La bonne nouvelle, c’est que ces défauts se repèrent, à condition de prendre deux minutes avant de planter plutôt que de vider le filet directement dans le sillon. Il faut planter des caïeux sains, bien fermes, sans taches. Une gousse qui s’affaisse légèrement sous la pression du pouce, qui présente une décoloration jaunâtre ou un point mou à la base, a déjà entamé sa dégradation. Elle ne guérira pas dans le sol, elle y finira simplement son processus.

La sélection compte aussi : il vaut mieux choisir de préférence les caïeux périphériques, plus charnus et plus vigoureux, plutôt que les petites gousses centrales, souvent moins bien nourries par le bulbe mère. Le moment de la séparation des caïeux a également son importance. Il est conseillé de détacher délicatement les caïeux la veille ou le jour de la plantation, sans abîmer la base. Séparer un bulbe des semaines à l’avance, c’est exposer chaque gousse à l’air libre et au dessèchement, fragilisant la base racinaire avant même la mise en terre.

Autre piège fréquent, presque intuitif mais contre-productif : faire tremper les caïeux pour « les aider à démarrer ». Faire tremper l’ail avant de le planter n’est pas nécessaire et c’est même déconseillé, car cela augmente le risque de pourriture, surtout dans un sol automnal déjà humide.

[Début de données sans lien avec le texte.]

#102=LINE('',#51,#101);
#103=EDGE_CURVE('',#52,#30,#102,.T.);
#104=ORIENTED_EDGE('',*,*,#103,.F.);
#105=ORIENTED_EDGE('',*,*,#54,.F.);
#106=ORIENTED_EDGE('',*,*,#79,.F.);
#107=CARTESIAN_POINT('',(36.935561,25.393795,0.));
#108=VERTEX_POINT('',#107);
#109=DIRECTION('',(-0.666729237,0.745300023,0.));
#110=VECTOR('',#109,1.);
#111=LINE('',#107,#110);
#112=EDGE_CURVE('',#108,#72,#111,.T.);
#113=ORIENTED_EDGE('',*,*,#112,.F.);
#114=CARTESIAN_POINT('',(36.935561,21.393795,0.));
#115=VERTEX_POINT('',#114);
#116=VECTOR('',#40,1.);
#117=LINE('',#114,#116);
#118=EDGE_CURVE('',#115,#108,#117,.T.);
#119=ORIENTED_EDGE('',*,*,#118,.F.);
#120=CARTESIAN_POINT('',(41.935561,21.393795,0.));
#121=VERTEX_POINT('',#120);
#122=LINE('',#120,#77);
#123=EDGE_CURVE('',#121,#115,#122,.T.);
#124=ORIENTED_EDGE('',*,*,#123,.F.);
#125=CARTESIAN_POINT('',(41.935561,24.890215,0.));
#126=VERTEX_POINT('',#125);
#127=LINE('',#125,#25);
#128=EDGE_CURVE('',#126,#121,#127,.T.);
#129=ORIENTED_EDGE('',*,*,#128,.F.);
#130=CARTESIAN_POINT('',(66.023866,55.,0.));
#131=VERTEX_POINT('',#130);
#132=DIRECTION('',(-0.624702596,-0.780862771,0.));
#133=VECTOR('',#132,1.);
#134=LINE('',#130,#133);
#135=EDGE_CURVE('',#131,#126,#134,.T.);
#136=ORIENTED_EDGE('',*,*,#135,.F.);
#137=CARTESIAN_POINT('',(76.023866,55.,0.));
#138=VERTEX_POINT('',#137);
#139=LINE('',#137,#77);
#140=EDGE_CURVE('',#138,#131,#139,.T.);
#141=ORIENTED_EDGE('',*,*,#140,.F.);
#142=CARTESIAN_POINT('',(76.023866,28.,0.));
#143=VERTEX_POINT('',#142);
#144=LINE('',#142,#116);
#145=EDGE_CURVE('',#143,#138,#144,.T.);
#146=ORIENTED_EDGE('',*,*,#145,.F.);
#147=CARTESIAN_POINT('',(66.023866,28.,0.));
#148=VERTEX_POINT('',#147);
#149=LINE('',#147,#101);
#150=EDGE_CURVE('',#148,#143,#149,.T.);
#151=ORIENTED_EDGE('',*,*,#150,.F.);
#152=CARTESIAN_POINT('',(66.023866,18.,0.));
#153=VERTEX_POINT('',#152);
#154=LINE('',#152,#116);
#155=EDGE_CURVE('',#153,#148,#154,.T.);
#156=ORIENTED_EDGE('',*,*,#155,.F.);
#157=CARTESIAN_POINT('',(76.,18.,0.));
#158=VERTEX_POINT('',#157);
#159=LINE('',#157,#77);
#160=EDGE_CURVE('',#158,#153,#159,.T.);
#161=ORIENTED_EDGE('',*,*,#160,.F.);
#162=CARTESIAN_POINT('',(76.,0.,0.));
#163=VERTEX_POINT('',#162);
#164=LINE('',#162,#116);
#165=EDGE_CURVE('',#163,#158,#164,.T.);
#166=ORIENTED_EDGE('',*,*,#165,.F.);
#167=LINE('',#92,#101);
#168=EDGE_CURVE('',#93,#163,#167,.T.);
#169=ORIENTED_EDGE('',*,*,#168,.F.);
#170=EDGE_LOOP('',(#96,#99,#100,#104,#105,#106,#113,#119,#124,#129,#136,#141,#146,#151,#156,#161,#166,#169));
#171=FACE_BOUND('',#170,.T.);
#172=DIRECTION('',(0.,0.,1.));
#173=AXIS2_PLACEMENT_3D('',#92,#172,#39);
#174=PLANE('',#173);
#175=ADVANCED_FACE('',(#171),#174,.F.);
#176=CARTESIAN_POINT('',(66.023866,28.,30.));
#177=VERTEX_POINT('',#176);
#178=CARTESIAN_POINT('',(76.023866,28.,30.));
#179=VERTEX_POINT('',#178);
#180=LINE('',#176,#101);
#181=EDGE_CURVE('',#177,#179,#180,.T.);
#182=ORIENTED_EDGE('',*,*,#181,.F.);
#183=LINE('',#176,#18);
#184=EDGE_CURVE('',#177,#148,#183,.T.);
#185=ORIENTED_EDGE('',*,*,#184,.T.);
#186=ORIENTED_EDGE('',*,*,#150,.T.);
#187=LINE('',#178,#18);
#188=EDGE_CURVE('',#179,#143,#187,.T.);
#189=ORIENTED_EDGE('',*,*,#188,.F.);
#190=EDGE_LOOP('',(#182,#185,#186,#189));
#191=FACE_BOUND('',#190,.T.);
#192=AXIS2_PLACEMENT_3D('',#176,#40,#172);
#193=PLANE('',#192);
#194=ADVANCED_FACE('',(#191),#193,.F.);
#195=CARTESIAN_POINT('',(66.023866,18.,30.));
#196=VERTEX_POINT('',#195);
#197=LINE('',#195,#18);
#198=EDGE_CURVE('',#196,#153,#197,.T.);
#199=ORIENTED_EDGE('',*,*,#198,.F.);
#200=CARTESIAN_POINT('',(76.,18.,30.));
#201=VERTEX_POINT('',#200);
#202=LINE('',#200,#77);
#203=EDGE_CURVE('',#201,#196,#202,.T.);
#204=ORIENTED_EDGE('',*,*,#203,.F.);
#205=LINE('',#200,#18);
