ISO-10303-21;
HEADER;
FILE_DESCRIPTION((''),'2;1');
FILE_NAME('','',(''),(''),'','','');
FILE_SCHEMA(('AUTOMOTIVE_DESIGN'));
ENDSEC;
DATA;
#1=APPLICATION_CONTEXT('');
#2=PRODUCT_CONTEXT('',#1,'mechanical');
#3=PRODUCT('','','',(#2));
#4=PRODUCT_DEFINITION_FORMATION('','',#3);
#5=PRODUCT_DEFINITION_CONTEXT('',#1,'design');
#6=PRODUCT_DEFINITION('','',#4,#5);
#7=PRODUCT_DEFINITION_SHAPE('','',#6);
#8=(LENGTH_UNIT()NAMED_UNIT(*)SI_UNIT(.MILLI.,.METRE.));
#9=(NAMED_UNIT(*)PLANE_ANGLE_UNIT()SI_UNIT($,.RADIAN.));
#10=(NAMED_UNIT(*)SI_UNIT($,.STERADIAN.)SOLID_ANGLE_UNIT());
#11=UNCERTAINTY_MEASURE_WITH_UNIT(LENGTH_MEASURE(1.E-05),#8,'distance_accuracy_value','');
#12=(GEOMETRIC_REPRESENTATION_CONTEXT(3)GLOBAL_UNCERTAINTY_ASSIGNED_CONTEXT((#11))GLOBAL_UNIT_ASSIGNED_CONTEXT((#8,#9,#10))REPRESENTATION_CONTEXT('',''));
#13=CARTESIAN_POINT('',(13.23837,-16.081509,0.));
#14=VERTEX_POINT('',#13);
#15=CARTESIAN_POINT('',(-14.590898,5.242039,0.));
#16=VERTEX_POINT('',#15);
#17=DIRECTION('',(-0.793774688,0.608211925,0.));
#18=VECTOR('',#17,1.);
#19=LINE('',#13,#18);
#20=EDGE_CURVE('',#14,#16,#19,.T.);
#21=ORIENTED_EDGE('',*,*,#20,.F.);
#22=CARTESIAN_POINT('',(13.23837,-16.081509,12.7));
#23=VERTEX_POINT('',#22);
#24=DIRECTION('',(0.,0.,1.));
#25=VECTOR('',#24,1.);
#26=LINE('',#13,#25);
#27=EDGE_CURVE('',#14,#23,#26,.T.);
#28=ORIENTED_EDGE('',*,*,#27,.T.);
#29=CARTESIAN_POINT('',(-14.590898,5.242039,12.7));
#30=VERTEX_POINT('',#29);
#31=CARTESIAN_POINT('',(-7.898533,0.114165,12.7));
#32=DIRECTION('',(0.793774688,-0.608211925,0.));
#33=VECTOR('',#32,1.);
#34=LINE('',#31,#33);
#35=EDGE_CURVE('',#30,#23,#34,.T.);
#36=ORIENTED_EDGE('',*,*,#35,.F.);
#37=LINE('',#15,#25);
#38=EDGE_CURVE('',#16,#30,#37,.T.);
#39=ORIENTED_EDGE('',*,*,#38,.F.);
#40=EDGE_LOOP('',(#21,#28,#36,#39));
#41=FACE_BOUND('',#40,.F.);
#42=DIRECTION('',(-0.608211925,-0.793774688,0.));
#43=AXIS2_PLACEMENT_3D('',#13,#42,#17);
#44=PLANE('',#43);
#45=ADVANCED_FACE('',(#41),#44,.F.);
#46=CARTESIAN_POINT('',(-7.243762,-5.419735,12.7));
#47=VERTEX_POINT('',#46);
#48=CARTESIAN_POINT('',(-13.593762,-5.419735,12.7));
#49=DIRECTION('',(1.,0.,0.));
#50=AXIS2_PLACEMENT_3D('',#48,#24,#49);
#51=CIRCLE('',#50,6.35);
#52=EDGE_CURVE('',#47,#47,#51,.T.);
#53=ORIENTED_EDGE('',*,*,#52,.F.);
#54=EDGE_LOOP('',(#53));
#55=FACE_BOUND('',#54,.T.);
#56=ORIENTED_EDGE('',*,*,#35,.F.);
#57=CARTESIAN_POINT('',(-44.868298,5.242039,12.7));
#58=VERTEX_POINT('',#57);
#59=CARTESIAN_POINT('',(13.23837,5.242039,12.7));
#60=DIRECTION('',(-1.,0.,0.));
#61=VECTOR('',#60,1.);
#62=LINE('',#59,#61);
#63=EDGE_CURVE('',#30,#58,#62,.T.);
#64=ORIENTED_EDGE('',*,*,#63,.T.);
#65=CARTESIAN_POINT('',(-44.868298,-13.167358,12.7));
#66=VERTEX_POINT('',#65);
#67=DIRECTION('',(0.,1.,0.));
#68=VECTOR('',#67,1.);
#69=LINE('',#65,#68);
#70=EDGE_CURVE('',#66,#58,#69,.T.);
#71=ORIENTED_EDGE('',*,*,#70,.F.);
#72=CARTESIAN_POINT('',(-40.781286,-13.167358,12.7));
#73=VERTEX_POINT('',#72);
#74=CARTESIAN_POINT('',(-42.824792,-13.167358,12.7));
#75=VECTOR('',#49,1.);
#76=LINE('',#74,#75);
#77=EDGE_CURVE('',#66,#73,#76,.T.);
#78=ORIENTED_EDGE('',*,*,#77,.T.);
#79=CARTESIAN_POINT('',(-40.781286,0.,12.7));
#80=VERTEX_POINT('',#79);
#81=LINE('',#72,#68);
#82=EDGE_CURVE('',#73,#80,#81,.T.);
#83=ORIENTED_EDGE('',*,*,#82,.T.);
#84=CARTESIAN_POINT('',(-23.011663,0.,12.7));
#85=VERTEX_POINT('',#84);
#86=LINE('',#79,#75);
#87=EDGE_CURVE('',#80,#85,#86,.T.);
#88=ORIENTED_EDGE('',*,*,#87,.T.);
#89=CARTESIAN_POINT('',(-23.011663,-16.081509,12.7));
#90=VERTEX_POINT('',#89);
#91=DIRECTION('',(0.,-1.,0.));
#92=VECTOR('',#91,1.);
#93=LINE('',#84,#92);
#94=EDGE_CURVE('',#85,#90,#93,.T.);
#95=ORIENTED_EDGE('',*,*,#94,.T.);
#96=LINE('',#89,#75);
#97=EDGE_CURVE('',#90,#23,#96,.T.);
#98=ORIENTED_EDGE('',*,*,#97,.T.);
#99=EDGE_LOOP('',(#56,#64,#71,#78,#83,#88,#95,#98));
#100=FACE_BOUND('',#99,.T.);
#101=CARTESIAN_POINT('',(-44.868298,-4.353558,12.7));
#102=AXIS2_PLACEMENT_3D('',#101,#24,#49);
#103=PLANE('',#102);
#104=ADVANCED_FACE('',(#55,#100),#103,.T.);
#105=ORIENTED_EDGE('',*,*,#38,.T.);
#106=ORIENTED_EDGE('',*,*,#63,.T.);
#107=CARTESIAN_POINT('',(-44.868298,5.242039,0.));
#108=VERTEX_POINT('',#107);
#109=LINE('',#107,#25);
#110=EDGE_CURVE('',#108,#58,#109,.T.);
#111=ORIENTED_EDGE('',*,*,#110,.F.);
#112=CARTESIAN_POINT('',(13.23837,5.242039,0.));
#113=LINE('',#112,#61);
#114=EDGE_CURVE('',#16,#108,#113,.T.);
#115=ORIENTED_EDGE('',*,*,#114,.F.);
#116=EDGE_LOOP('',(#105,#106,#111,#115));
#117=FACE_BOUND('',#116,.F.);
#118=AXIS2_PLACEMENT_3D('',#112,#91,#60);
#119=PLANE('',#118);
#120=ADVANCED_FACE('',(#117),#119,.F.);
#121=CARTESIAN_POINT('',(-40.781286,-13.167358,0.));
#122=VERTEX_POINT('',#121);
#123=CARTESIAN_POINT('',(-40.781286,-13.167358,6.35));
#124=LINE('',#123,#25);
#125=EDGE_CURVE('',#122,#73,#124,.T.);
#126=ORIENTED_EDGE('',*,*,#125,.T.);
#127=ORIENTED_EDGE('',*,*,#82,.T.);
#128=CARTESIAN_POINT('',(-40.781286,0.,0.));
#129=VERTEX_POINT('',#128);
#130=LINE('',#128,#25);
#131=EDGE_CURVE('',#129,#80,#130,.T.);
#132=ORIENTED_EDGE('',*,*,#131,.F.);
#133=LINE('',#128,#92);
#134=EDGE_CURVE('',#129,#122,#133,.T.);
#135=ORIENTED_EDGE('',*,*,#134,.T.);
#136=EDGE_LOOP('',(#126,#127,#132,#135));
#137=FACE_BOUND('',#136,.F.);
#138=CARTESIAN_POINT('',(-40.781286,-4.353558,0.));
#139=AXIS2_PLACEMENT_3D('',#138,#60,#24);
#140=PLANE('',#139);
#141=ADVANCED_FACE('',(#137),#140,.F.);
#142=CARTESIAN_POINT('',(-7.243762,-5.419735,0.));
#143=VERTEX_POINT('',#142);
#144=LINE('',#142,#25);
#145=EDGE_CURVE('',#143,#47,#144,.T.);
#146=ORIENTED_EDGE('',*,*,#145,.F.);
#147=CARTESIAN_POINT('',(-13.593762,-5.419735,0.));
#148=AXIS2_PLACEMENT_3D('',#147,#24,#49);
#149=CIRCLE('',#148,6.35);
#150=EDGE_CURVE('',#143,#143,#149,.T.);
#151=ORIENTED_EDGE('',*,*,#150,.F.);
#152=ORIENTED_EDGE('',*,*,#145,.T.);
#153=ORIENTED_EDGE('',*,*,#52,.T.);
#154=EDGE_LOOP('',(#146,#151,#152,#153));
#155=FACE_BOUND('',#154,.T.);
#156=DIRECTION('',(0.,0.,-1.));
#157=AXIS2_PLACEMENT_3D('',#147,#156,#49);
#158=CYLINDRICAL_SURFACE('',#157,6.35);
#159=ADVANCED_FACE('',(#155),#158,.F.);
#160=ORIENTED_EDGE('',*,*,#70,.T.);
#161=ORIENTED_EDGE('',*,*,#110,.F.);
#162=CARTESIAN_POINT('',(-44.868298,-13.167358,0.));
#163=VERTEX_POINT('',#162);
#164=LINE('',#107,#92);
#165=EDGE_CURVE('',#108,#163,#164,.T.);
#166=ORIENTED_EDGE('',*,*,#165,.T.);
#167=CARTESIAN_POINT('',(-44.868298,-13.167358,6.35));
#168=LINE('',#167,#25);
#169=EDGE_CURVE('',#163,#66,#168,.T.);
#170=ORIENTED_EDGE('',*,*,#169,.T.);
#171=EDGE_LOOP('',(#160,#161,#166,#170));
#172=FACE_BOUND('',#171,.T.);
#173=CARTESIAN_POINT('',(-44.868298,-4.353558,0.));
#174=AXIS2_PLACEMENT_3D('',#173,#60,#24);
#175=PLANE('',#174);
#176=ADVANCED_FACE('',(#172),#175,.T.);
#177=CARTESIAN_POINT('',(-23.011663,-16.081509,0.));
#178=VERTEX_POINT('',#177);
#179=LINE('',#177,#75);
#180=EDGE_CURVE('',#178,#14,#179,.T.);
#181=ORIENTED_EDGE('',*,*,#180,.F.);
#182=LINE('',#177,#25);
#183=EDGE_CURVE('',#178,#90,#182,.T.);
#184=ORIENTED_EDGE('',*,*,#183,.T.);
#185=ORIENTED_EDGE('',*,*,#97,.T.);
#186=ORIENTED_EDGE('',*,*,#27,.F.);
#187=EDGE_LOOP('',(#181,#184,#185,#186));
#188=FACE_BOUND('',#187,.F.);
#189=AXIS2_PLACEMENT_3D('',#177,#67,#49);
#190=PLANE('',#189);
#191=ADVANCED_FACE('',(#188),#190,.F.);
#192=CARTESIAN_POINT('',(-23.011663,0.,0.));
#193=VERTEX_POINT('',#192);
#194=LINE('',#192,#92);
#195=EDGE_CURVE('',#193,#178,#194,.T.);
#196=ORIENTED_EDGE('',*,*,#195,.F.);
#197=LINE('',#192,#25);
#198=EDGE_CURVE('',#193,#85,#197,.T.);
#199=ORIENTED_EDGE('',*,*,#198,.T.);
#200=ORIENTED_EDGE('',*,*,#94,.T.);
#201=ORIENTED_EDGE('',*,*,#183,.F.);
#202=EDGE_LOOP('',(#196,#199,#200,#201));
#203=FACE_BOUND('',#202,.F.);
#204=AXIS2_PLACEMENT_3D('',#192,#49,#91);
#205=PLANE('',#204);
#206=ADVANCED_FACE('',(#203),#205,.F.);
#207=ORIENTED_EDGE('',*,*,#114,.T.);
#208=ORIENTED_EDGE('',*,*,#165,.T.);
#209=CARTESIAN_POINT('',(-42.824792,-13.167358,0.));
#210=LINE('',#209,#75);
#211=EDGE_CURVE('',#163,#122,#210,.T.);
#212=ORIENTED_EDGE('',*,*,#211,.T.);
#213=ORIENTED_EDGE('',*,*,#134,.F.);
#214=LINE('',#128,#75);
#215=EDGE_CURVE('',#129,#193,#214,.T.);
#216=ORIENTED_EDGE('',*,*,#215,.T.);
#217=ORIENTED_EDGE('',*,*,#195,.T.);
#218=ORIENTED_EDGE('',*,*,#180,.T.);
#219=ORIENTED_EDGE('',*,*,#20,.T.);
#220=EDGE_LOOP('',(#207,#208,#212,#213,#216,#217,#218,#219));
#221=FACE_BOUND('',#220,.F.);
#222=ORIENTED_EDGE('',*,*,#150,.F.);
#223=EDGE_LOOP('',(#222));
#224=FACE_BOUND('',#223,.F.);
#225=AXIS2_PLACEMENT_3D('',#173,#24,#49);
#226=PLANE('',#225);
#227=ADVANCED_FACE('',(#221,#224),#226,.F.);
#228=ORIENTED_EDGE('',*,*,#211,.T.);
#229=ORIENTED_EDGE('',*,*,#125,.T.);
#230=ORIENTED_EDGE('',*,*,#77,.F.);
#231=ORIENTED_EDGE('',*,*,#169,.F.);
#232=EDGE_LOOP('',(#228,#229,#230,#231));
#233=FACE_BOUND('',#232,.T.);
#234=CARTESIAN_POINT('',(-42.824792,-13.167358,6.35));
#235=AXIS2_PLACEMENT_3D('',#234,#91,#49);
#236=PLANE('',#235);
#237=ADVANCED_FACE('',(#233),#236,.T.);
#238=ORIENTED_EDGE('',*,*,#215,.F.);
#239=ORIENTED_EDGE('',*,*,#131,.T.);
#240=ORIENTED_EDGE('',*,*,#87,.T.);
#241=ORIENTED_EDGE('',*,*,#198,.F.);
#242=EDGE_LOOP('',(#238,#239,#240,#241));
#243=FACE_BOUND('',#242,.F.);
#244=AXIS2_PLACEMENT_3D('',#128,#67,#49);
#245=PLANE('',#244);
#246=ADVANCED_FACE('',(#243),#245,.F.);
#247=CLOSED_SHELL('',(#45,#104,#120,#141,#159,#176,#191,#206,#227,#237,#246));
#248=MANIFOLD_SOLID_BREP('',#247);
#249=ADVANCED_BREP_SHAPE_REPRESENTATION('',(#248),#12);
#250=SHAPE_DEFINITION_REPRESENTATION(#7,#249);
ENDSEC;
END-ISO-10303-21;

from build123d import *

# Parameters (mm, degrees)
F0_R     = 6.35
F1_DEPTH = 12.7
F2_W     = 4.087012
F2_H     = 12.7
F3_DEPTH = 8.8138
F5_DEPTH = 12.701


with BuildPart() as f1:
    # F0 (on Top) → F1 (new body)
    with BuildSketch(Plane.XY):
        Polygon((-44.868298, 5.242039), (-44.868298, 0), (-44.868298, -4.353558), (-40.781286, -4.353558), (-40.781286, 0), (-23.011663, 0), (-23.011663, -16.081509), (13.23837, -16.081509), (13.23837, 5.242039), (-23.011663, 5.242039), (-40.781286, 5.242039), align=None)
        with Locations((-13.593762, -5.419735)):
            Circle(F0_R, mode=Mode.SUBTRACT)
    extrude(amount=F1_DEPTH)

    # F2 (on face) → F3 (join)
    with BuildSketch(Plane.XZ.offset(4.353558)):
        with Locations((-42.824792, 6.35)):
            Rectangle(F2_W, F2_H)
    extrude(amount=F3_DEPTH)

    # F4 (on face) → F5 (cut, through all)
    with BuildSketch(Plane(origin=(0, 0, 0), x_dir=(1, 0, 0), z_dir=(0, 0, -1))):
        Polygon((13.23837, -5.242039), (13.23837, 16.081509), (-14.590898, -5.242039), align=None)
    extrude(amount=-F5_DEPTH, mode=Mode.SUBTRACT)


solid = f1.part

Une gousse gorgée d’eau avant la plantation part avec un handicap qu’aucun drainage de sol ne pourra compenser.

Un détail change souvent tout : le fumier frais. L’ail déteste le fumier frais qui favorise la pourriture ; un apport de compost bien décomposé quelques mois avant la plantation suffit. Si votre parcelle a reçu un amendement organique riche en azote peu avant octobre, la matière encore en décomposition génère localement un excès d’humidité et une activité microbienne qui, combinés à un caïeu déjà fragile, forment le cocktail parfait pour la pourriture. La prochaine fois que vous ouvrirez un filet d’ail à planter, prenez le temps de trier avant de trier la terre : c’est souvent là, dans le creux de votre main, que se joue la moitié de la récolte de juillet.